I did find a mill/drill I am interested in. It’s a Rong Fu 30 with some tooling for $400. Sounds pretty good I think.


----------



## Eddyde (Aug 17, 2018)

$2750! They must have added the zero by mistake...


----------



## Norseman C.B. (Aug 17, 2018)

They're asking a fortune for it fer sure !!!
The rong fu would be a good deal I gave $500.00 for an HF rong fu clone made in Taiwan
and got a lot of tooling with it, and now installing an Igauge DRO system to it.
Not the Bridgeport or BP clone I wanted but, for the price and the tooling
I didn't hurt myself at all...................


----------



## vincent52100 (Aug 17, 2018)

Thanks. I’m still considering the Rong Fu.


----------



## FOMOGO (Aug 17, 2018)

I believe the high asking price is due to the inclusion of a bag of oddly shaped cookies with a message inside predicting great things for you. I'd go with the Rong Fu, In hopes that it is in fact the Right Fu . Cheers, Mike


----------



## vincent52100 (Aug 17, 2018)

Maybe he’s been eating some of those “special” brownies.


----------



## vincent52100 (Aug 18, 2018)

Out of curiosity I did contact the seller about the price. He said it was a mistake, it should have been $2250. I thought I might look at it if it was in the low hundreds  because it’s close to me.


----------



## Eddyde (Aug 18, 2018)

$2250 that still a fortune for that machine. As shown with no tooling, I'd say $500 tops. Some people are delusional when it comes to selling stuff.


----------



## vincent52100 (Aug 18, 2018)

That is the truth! I’m staying far away from it.


----------



## tweinke (Aug 18, 2018)

You could get a brand new machine like that from Grizzly...………….


----------



## jdedmon91 (Aug 18, 2018)

vincent52100 said:


> Out of curiosity I did contact the seller about the price. He said it was a mistake, it should have been $2250. I thought I might look at it if it was in the low hundreds because it’s close to me.

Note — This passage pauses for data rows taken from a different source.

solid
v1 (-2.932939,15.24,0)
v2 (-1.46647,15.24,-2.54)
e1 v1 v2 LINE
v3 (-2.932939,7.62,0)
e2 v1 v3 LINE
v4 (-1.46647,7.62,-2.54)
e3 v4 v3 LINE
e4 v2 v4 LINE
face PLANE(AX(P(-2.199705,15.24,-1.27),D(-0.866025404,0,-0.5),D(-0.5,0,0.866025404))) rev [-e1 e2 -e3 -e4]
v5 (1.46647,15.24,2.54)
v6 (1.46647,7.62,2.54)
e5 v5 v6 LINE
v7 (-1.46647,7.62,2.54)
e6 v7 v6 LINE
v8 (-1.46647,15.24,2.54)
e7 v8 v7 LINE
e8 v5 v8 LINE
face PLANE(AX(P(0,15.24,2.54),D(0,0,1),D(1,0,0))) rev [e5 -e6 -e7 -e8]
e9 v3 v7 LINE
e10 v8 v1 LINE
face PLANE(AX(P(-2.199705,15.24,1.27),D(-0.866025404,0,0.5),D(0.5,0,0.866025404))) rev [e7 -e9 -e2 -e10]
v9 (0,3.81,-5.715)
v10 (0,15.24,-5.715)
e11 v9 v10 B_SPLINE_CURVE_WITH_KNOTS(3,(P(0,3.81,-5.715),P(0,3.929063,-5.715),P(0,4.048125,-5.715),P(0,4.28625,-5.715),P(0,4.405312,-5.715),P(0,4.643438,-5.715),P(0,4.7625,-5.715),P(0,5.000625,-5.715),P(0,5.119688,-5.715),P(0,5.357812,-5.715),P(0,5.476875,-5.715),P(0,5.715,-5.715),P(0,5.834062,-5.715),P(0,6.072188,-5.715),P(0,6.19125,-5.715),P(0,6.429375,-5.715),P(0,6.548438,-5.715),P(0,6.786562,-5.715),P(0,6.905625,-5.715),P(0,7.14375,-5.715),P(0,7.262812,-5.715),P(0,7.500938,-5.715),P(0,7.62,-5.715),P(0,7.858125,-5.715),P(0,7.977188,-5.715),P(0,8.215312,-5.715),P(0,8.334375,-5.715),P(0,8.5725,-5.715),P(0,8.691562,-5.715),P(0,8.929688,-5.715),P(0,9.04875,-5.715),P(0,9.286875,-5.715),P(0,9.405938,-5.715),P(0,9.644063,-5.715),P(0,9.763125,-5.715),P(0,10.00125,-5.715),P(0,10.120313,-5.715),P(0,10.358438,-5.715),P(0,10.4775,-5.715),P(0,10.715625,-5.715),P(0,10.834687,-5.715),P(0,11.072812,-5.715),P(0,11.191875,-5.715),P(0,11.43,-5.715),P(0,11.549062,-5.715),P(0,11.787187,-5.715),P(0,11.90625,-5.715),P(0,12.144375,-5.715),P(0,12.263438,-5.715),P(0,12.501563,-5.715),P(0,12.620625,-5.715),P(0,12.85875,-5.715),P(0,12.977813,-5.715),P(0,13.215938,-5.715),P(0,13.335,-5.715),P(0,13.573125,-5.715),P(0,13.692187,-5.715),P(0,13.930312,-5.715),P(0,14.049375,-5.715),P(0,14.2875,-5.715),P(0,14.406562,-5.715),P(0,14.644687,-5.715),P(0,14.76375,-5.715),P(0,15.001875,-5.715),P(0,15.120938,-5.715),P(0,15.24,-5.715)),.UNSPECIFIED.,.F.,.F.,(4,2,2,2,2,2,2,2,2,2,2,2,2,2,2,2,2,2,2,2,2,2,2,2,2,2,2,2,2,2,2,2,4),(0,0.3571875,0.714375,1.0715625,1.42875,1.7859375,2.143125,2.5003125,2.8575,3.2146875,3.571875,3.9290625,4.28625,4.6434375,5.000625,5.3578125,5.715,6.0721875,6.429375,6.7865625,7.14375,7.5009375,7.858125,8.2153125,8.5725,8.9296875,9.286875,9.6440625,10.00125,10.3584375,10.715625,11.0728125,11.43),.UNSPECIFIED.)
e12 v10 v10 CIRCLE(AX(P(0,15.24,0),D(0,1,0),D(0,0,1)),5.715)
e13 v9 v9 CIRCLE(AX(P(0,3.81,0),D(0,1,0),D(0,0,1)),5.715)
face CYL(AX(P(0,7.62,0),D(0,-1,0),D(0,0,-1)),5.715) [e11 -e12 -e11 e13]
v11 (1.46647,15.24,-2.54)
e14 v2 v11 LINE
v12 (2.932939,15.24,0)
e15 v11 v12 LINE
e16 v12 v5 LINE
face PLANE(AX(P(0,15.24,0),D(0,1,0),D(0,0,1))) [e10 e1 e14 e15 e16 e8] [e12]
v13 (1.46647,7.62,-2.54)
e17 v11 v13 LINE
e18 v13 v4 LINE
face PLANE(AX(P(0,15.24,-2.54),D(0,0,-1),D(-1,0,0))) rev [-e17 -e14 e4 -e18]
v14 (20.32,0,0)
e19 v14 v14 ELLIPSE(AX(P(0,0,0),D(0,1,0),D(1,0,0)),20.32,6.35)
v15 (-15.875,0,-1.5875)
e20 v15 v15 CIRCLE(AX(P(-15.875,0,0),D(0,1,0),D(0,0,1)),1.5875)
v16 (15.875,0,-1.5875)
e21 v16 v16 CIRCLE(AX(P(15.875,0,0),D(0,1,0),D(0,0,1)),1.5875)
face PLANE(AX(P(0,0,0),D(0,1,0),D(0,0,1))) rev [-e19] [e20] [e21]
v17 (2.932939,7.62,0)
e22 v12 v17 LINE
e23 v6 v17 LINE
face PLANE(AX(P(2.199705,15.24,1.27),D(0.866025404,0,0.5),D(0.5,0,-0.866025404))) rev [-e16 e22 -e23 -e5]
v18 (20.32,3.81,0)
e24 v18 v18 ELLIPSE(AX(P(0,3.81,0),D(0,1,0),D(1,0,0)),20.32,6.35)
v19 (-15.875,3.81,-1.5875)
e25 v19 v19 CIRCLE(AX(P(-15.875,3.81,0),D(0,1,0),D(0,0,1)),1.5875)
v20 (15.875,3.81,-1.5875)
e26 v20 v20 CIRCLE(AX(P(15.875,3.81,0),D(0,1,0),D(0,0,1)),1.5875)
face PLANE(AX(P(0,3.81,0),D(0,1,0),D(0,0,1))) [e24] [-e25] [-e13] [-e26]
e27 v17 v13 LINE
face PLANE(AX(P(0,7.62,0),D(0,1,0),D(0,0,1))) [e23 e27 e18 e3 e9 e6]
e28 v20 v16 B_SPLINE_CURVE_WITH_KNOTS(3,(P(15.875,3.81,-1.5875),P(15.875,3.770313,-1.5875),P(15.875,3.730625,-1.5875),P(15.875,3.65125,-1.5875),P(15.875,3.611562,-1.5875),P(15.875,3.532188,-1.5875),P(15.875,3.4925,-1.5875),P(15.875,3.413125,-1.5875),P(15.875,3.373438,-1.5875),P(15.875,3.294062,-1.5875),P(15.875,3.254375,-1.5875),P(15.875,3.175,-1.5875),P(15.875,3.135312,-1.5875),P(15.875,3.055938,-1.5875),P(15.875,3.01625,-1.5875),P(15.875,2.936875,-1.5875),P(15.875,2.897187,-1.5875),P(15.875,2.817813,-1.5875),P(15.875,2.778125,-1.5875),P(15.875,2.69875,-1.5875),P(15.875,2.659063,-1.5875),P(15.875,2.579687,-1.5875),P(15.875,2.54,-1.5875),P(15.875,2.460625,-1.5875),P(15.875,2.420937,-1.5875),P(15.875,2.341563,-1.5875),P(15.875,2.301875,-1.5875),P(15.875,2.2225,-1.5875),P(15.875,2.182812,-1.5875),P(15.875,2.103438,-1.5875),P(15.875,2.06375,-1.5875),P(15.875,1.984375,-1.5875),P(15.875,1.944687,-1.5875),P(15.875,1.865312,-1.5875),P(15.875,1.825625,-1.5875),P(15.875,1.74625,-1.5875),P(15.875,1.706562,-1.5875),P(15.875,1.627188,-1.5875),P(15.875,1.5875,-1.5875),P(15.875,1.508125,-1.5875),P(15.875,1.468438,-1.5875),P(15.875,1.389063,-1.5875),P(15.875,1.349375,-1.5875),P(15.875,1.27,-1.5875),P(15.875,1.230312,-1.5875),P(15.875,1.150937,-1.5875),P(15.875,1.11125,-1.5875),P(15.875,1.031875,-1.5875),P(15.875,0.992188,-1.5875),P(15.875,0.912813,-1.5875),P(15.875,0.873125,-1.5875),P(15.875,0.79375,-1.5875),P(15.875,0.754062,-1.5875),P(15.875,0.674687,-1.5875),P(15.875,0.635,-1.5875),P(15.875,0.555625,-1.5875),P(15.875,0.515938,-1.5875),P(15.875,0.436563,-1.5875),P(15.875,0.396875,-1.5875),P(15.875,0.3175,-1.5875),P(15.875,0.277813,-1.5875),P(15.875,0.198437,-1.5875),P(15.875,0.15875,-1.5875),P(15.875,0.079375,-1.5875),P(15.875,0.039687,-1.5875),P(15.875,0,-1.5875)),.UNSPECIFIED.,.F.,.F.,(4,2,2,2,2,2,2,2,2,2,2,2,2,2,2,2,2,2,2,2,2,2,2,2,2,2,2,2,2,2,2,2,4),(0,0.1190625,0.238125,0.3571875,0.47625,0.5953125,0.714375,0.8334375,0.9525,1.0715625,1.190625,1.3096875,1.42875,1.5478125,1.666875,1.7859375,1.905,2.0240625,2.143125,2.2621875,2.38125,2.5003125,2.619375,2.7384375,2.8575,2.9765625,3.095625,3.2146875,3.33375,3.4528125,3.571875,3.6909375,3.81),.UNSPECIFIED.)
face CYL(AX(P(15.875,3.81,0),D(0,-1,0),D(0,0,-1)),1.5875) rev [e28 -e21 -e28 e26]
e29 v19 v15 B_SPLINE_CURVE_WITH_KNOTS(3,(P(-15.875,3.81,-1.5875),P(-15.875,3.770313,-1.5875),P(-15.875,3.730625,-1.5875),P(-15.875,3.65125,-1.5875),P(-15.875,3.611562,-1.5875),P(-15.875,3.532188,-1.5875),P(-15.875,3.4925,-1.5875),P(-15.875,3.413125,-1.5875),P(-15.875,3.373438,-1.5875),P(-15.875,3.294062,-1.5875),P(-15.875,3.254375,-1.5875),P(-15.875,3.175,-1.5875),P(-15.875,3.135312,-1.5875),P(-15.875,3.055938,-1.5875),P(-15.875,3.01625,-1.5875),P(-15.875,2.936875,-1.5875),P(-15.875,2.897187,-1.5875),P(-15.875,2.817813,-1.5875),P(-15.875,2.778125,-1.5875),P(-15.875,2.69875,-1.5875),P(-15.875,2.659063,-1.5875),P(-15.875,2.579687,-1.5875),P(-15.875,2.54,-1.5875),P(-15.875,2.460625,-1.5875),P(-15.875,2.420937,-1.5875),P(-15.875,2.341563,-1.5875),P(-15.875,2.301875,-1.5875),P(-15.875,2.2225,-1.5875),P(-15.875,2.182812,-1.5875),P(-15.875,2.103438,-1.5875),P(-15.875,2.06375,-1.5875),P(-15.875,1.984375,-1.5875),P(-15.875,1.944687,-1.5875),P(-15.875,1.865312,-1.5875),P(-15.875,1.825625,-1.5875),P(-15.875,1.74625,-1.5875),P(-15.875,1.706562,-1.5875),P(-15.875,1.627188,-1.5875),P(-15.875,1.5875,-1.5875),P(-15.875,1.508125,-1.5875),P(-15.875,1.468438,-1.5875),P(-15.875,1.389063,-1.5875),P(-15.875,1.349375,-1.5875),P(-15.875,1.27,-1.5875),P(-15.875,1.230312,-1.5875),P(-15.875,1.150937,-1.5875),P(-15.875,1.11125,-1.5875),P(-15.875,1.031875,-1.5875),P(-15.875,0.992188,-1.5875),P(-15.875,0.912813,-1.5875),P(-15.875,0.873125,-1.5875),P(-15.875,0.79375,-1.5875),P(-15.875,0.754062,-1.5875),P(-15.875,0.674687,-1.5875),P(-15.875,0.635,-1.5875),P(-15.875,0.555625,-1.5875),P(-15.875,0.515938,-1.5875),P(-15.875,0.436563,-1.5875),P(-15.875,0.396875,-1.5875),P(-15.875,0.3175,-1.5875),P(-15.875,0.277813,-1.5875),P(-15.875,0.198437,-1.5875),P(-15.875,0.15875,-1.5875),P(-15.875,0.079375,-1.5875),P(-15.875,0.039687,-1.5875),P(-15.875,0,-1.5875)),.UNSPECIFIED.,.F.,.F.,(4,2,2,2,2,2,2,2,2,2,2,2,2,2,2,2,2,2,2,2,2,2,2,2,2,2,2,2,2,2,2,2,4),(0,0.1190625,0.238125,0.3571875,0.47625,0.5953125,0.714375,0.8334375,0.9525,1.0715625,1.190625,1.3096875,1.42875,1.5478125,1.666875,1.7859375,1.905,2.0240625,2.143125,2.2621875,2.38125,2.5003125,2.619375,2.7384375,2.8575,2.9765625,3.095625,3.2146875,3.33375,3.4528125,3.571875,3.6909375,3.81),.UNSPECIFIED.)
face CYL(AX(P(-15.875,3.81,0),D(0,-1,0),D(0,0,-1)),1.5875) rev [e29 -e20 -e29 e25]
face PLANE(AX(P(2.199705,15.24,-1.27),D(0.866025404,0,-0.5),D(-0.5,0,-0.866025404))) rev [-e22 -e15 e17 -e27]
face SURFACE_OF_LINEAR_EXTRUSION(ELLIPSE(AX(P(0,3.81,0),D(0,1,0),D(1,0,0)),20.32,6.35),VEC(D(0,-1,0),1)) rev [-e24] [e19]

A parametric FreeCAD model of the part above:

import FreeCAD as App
import Part
import Sketcher
Q = App.Units.Quantity

doc = App.newDocument("Part")
body = doc.addObject("PartDesign::Body", "Body")

# Sketch on XZ plane
sketch1 = doc.addObject("Sketcher::SketchObject", "Sketch")
body.addObject(sketch1)
sketch1.AttachmentSupport = (doc.XZ_Plane, [""])
sketch1.MapMode = "FlatFace"
sketch1.addGeometry(Part.Ellipse(App.Vector(20.32, 0, 0), App.Vector(0, 6.35, 0), App.Vector(0, 0, 0)), False)
sketch1.addGeometry(Part.Circle(App.Vector(-15.875, 0, 0), App.Vector(0, 0, 1), 1.5875), False)
sketch1.addGeometry(Part.Circle(App.Vector(15.875, 0, 0), App.Vector(0, 0, 1), 1.5875), False)
sketch1.addConstraint(Sketcher.Constraint("Block", 0))
sketch1.addConstraint(Sketcher.Constraint("Equal", 1, 2))
sketch1.addConstraint(Sketcher.Constraint("Symmetric", 1, 3, 2, 3, -1, 1))
sketch1.addConstraint(Sketcher.Constraint("PointOnObject", 1, 3, -1))
sketch1.addConstraint(Sketcher.Constraint("Diameter", 1, Q("0.125 in")))
sketch1.addConstraint(Sketcher.Constraint("DistanceX", 1, 3, 2, 3, Q("1.25 in")))
pad1 = doc.addObject("PartDesign::Pad", "Pad")
body.addObject(pad1)
pad1.Profile = sketch1
pad1.Length = Q("0.15 in")
pad1.Reversed = True

# Sketch on XZ plane
sketch2 = doc.addObject("Sketcher::SketchObject", "Sketch001")
body.addObject(sketch2)
sketch2.AttachmentSupport = (doc.XZ_Plane, [""])
sketch2.MapMode = "FlatFace"
sketch2.AttachmentOffset = App.Placement(App.Vector(0, 0, -0.15 * 25.4), App.Rotation())
sketch2.addGeometry(Part.Circle(App.Vector(0, 0, 0), App.Vector(0, 0, 1), 6), False)
sketch2.addConstraint(Sketcher.Constraint("Coincident", 0, 3, -1, 1))
sketch2.addConstraint(Sketcher.Constraint("Diameter", 0, Q("0.45 in")))
pad2 = doc.addObject("PartDesign::Pad", "Pad001")
body.addObject(pad2)
pad2.Profile = sketch2
pad2.Length = Q("0.15 in")
pad2.Reversed = True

That’s high. Just came back from an auction I’m Burlington NC an Enco knee mill. It brought 2400 


Sent from my iPhone using Tapatalk


----------



## C-Bag (Sep 1, 2018)

Don't mean to pop your bubble but the mill drill you're looking at isn't a RF30, its either a 20 or 25, the smaller lighter version. I don't mean it isn't worth $400, just thought you'd want to know.


----------



## MyDadsAMachinist (Sep 2, 2018)

Pretty sure C-Bags correct. I have the RF-30 and although they’re similar, there’s obvious differences from that picture compared to my 30. Price point is decent though. I’d pick it up. Especially if it comes with any tooling. Bonus!

 Read the manual before you go and view it in person before you buy! Make sure the thing works too.


----------



## C-Bag (Sep 2, 2018)

I reread the original post, wow, he's outta his cotten pickin mind. That cf30 in the pic was what I thought you were talking about for $400. That's about right IMHO but $2,400, that's nuts. The dead give away for a RF30 is the column base behind the mill table. It has a kinda flat spot and is kind of square. I think this is because the column is 4" and bigger than the 20 & 25. The cf30 in the pic the column base is round. That is the problem with these machines they were knocked off and rebranded by tons of distributors so you have to know what the details are. I got my well worn RF30 for $400 with a bunch worn out endmills and huge beat to death vise. But it's been a good starter and parts are still available.


----------



## MyDadsAMachinist (Sep 2, 2018)

My 30 with square column base. Good eye.


----------